Dataset items
⁂
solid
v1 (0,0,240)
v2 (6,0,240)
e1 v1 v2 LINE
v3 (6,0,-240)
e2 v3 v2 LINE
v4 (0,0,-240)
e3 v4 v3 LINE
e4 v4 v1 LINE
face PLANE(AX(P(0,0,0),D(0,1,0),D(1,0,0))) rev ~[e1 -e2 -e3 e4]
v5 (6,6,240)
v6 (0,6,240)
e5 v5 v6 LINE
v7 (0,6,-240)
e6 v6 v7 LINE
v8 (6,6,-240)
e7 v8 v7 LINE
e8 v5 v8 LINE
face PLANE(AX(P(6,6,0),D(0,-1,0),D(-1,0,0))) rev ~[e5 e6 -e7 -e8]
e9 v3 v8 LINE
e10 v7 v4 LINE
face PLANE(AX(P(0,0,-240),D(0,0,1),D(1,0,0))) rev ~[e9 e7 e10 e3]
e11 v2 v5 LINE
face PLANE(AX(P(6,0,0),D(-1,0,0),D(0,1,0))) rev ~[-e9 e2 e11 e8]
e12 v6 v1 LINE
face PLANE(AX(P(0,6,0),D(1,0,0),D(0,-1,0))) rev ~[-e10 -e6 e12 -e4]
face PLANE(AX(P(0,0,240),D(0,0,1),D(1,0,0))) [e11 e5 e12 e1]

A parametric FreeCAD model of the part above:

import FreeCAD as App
import Part
import Sketcher
from FreeCAD import Vector


def add_polygon(sketch, points):
    """Adds a closed chain of lines whose ends are joined by coincident constraints."""
    first, n = sketch.GeometryCount, len(points)
    for a, b in zip(points, points[1:] + points[:1]):
        sketch.addGeometry(Part.LineSegment(App.Vector(*a, 0), App.Vector(*b, 0)), False)
    for i in range(n):
        sketch.addConstraint(Sketcher.Constraint("Coincident", first + i, 2, first + (i + 1) % n, 1))

doc = App.newDocument("Part")
params = doc.addObject("Spreadsheet::Sheet", "Params")
for row, (alias, value) in enumerate([
    ("sketch1_width", "6 mm"),
    ("pad1_length", "480 mm"),
], start=1):
    params.set(f"A{row}", alias)
    params.set(f"B{row}", "=" + value)
    params.setAlias(f"B{row}", alias)

body = doc.addObject("PartDesign::Body", "Body")

sketch1 = doc.addObject("Sketcher::SketchObject", "Sketch")
body.addObject(sketch1)
sketch1.AttachmentSupport = (doc.XY_Plane, [""])
sketch1.MapMode = "FlatFace"
add_polygon(sketch1, [(0, 6), (0, 0), (6, 0), (6, 6)])
sketch1.addConstraint([
    Sketcher.Constraint("Vertical", 0),
    Sketcher.Constraint("Horizontal", 1),
    Sketcher.Constraint("Vertical", 2),
    Sketcher.Constraint("Horizontal", 3),
    Sketcher.Constraint("Coincident", 0, 2, -1, 1),
    Sketcher.Constraint("Equal", 3, 0),
    Sketcher.Constraint("DistanceX", 1, 1, 1, 2, 6.0),
])
sketch1.setExpression("Constraints[10]", "Params.sketch1_width")
pad1 = doc.addObject("PartDesign::Pad", "Pad")
body.addObject(pad1)
pad1.Profile = sketch1
pad1.setExpression("Length", "Params.pad1_length")
pad1.Midplane = True

doc.recompute()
⁂
(Work to be completed): From the entries above, restate word for word the lines from the line containing "e2 v3 v2 LINE" to the line containing "e12 v6 v1 LINE", both ends included, and nothing more.

(Task result):
e2 v3 v2 LINE
v4 (0,0,-240)
e3 v4 v3 LINE
e4 v4 v1 LINE
face PLANE(AX(P(0,0,0),D(0,1,0),D(1,0,0))) rev ~[e1 -e2 -e3 e4]
v5 (6,6,240)
v6 (0,6,240)
e5 v5 v6 LINE
v7 (0,6,-240)
e6 v6 v7 LINE
v8 (6,6,-240)
e7 v8 v7 LINE
e8 v5 v8 LINE
face PLANE(AX(P(6,6,0),D(0,-1,0),D(-1,0,0))) rev ~[e5 e6 -e7 -e8]
e9 v3 v8 LINE
e10 v7 v4 LINE
face PLANE(AX(P(0,0,-240),D(0,0,1),D(1,0,0))) rev ~[e9 e7 e10 e3]
e11 v2 v5 LINE
face PLANE(AX(P(6,0,0),D(-1,0,0),D(0,1,0))) rev ~[-e9 e2 e11 e8]
e12 v6 v1 LINE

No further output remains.